Research Article
Journal of Exposure Science and Environmental Epidemiology (2006) 16, 49–55. doi:10.1038/sj.jea.7500436; published online 29 June 2005
An investigation of the association between traffic exposure and the diagnosis of asthma in children
Mary Ellen Gordiana, Sebastien Haneuseb and Jonathan Wakefieldc
- aInstitute for Circumpolar Health Studies, University of Alaska Anchorage, 3211 Providence Drive Diplomacy 404, Anchorage, Alaska, USA
- bDepartment of Biostatistics, Vanderbilt University, Nashville, Tennessee, USA
- cDepartment of Biostatistics, University of Washington, Seattle, Washington, USA
Correspondence: ME Gordian, Institute for Circumpolar Health Studies, University of Alaska Anchorage, 3211 Providence Drive Diplomacy 404, Anchorage, AK 99508, USA. Tel.: +1-907-786-6569; Fax: +1-907-786-6576; E-mail: anmeg1@uaa.alaska.edu
Received 18 January 2005; Accepted 8 March 2005; Published online 29 June 2005.
Abstract
This study investigated whether proximity to traffic at residence location is associated with being diagnosed with asthma as a young child. A survey of parents of children (aged 5–7) in kindergarten and first-grade in 13 schools was completed in Anchorage, Alaska, and Geographical Information System (GIS) mapping was used to obtain an exposure measure based on traffic density within 100 m of the cross streets closest to the child's residence. Using the range of observed exposure values, a score of low, medium or high traffic exposure was assigned to each child. After controlling for individual level confounders, relative to the low referent group, relative risks (95% confidence intervals) of 1.40 (0.77, 2.55) and 2.83 (1.23,6.51) were obtained in the medium and high exposure groups, respectively. For the null hypothesis of no difference in risk, a significance level of 0.056 was obtained, which suggests that further investigation would be worthwhile. Children without a family history of asthma were more likely to have an asthma diagnosis if they resided in a high traffic area than children who had one or more parents with asthma.
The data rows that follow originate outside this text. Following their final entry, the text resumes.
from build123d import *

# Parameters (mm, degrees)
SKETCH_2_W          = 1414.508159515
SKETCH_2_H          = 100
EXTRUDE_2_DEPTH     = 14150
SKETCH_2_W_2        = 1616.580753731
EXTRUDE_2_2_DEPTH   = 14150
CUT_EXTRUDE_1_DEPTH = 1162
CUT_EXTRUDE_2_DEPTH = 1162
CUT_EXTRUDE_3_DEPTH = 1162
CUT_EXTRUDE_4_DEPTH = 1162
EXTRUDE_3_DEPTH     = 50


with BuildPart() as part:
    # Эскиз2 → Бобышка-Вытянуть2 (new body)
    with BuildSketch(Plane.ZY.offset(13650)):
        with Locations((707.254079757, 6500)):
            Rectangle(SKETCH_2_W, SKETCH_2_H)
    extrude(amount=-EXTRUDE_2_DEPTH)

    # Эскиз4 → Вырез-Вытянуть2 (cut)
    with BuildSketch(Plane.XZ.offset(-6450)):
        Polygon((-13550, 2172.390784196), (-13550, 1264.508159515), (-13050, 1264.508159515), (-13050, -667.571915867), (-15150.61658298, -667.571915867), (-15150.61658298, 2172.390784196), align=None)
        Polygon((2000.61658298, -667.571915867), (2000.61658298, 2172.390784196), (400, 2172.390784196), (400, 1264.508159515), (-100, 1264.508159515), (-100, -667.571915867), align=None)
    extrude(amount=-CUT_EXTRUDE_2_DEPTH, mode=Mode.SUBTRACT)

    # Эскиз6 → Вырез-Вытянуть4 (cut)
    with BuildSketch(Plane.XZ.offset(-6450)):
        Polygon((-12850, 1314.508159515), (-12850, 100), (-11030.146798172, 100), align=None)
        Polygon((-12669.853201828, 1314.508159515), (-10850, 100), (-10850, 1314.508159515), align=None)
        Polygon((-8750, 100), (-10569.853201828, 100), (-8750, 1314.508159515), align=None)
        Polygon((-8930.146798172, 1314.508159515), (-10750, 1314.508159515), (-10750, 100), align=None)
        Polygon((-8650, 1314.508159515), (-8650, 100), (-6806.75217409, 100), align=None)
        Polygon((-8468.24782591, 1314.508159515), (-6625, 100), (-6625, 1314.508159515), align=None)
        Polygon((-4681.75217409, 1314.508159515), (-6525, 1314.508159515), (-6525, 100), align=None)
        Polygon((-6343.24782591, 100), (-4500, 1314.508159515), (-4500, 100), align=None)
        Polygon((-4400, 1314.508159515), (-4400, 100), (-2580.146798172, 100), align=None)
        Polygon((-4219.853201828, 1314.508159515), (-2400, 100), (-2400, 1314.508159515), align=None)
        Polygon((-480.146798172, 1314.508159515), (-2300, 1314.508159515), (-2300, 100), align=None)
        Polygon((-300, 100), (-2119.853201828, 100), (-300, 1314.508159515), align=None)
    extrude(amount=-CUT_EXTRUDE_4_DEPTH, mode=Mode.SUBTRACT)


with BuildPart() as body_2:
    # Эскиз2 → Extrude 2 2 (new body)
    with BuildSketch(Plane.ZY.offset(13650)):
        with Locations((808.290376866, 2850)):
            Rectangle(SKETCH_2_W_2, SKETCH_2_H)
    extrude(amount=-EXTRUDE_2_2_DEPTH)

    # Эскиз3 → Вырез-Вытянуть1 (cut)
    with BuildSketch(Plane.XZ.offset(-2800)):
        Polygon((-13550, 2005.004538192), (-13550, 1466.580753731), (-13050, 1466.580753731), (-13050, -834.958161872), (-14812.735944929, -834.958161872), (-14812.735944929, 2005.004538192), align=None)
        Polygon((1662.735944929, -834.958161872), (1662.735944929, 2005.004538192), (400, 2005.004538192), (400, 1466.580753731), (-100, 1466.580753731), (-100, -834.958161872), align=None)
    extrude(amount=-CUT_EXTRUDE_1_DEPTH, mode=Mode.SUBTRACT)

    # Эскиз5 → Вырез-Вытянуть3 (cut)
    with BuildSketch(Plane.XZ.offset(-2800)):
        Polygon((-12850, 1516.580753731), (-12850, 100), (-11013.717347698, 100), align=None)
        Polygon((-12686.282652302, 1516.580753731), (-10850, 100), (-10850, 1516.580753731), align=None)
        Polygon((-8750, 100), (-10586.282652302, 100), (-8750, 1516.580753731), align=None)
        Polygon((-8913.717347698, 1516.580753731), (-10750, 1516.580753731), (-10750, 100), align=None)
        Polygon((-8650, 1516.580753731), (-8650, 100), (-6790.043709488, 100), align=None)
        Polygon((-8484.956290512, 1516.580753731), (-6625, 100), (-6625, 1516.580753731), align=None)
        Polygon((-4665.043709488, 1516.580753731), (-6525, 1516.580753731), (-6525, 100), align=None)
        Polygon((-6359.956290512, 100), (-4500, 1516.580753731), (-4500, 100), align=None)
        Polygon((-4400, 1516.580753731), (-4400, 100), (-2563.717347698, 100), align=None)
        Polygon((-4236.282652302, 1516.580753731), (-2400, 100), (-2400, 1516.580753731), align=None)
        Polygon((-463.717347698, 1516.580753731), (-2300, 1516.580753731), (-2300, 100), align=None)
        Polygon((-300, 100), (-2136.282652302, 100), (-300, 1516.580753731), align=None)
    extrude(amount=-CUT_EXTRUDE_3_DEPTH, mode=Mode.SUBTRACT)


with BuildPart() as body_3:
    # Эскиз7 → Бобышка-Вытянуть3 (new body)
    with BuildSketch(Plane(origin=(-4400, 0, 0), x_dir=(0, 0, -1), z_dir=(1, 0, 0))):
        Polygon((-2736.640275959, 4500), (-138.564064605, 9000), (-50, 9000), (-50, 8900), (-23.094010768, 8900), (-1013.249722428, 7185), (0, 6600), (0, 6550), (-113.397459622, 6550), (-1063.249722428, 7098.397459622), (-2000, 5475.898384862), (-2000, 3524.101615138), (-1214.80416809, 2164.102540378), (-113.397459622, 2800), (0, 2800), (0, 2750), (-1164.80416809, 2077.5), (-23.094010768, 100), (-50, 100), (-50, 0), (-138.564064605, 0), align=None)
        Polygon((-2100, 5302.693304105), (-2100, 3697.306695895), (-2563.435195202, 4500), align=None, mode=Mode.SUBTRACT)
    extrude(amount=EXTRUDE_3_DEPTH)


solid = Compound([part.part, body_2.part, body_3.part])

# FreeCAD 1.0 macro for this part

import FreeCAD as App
import Part
import Sketcher

V = App.Vector
Q = App.Units.Quantity

doc = App.newDocument("Part")
body = doc.addObject("PartDesign::Body", "Body")

# Sketch on YZ plane
sketch1 = body.newObject("Sketcher::SketchObject", "Sketch")
sketch1.AttachmentSupport = (doc.getObject("YZ_Plane"), [""])
sketch1.MapMode = "FlatFace"
sketch1.AttachmentOffset = App.Placement(V(0, 0, -13650), App.Rotation())
sketch1.addGeometry([
    Part.LineSegment(V(6550, 0, 0), V(6450, 0, 0)),
    Part.LineSegment(V(6450, 0, 0), V(6450, 1415, 0)),
    Part.LineSegment(V(6450, 1415, 0), V(6550, 1415, 0)),
    Part.LineSegment(V(6550, 1415, 0), V(6550, 0, 0)),
], False)
sketch1.addConstraint([
    Sketcher.Constraint("Coincident", 0, 2, 1, 1),
    Sketcher.Constraint("Coincident", 1, 2, 2, 1),
    Sketcher.Constraint("Coincident", 2, 2, 3, 1),
    Sketcher.Constraint("Coincident", 3, 2, 0, 1),
    Sketcher.Constraint("Horizontal", 0),
    Sketcher.Constraint("Vertical", 1),
    Sketcher.Constraint("Horizontal", 2),
    Sketcher.Constraint("Vertical", 3),
    Sketcher.Constraint("PointOnObject", 0, 2, -1),
    Sketcher.Constraint("DistanceX", 0, 2, 0, 1, Q("100 mm")),
    Sketcher.Constraint("DistanceX", -1, 1, 0, 2, Q("6450 mm")),
    Sketcher.Constraint("DistanceY", 1, 1, 1, 2, Q("1414.50816 mm")),
])
pad1 = body.newObject("PartDesign::Pad", "Pad")
pad1.Profile = sketch1
pad1.Length = 14150

# Sketch on XZ plane
sketch2 = body.newObject("Sketcher::SketchObject", "Sketch001")
sketch2.AttachmentSupport = (doc.getObject("XZ_Plane"), [""])
sketch2.MapMode = "FlatFace"
sketch2.AttachmentOffset = App.Placement(V(0, 0, -6450), App.Rotation())
sketch2.addGeometry([
    Part.LineSegment(V(-13550, 1265, 0), V(-13550, 2172, 0)),  # 0
    Part.LineSegment(V(-13550, 2172, 0), V(-15151, 2172, 0)),  # 1
    Part.LineSegment(V(-15151, 2172, 0), V(-15151, -668, 0)),  # 2
    Part.LineSegment(V(-15151, -668, 0), V(-13050, -668, 0)),  # 3
    Part.LineSegment(V(-13050, -668, 0), V(-13050, 1265, 0)),  # 4
    Part.LineSegment(V(-13050, 1265, 0), V(-13550, 1265, 0)),  # 5
    Part.LineSegment(V(2001, -668, 0), V(2001, 2172, 0)),  # 6
    Part.LineSegment(V(2001, 2172, 0), V(400, 2172, 0)),  # 7
    Part.LineSegment(V(400, 2172, 0), V(400, 1265, 0)),  # 8
    Part.LineSegment(V(400, 1265, 0), V(-100, 1265, 0)),  # 9
    Part.LineSegment(V(-100, 1265, 0), V(-100, -668, 0)),  # 10
    Part.LineSegment(V(-100, -668, 0), V(2001, -668, 0)),  # 11
], False)
sketch2.addConstraint([
    Sketcher.Constraint("Coincident", 0, 2, 1, 1),
    Sketcher.Constraint("Coincident", 1, 2, 2, 1),
    Sketcher.Constraint("Coincident", 2, 2, 3, 1),
    Sketcher.Constraint("Coincident", 3, 2, 4, 1),
    Sketcher.Constraint("Coincident", 4, 2, 5, 1),
    Sketcher.Constraint("Coincident", 5, 2, 0, 1),
    Sketcher.Constraint("Coincident", 6, 2, 7, 1),
    Sketcher.Constraint("Coincident", 7, 2, 8, 1),
    Sketcher.Constraint("Coincident", 8, 2, 9, 1),
    Sketcher.Constraint("Coincident", 9, 2, 10, 1),
    Sketcher.Constraint("Coincident", 10, 2, 11, 1),
    Sketcher.Constraint("Coincident", 11, 2, 6, 1),
    Sketcher.Constraint("Vertical", 0),
    Sketcher.Constraint("Horizontal", 1),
The relative risk for children without a family history of asthma is 2.43 (1.12, 5.28) for medium exposure and 5.43 (2.08, 13.74) for high exposure. For children with a family history of asthma, the relative risk is 0.66 (0.25, 1.74) for medium exposure and 0.67 (0.12, 3.69) for high exposure. The P-value for the overall "exposure-effect" (i.e. both main effects AND interaction terms) is 0.0097.
Keywords:
asthma, PM10, traffic, children, air pollution, GIS
Abbreviations:
PM10, particulate matter less than 10
m in aerodynamic diameter; PM2.5, particulate matter less than 2.5
m in aerodynamic diameter; vm, vehicle meters (vehicles per day multiplied by meters of roadway within the buffer)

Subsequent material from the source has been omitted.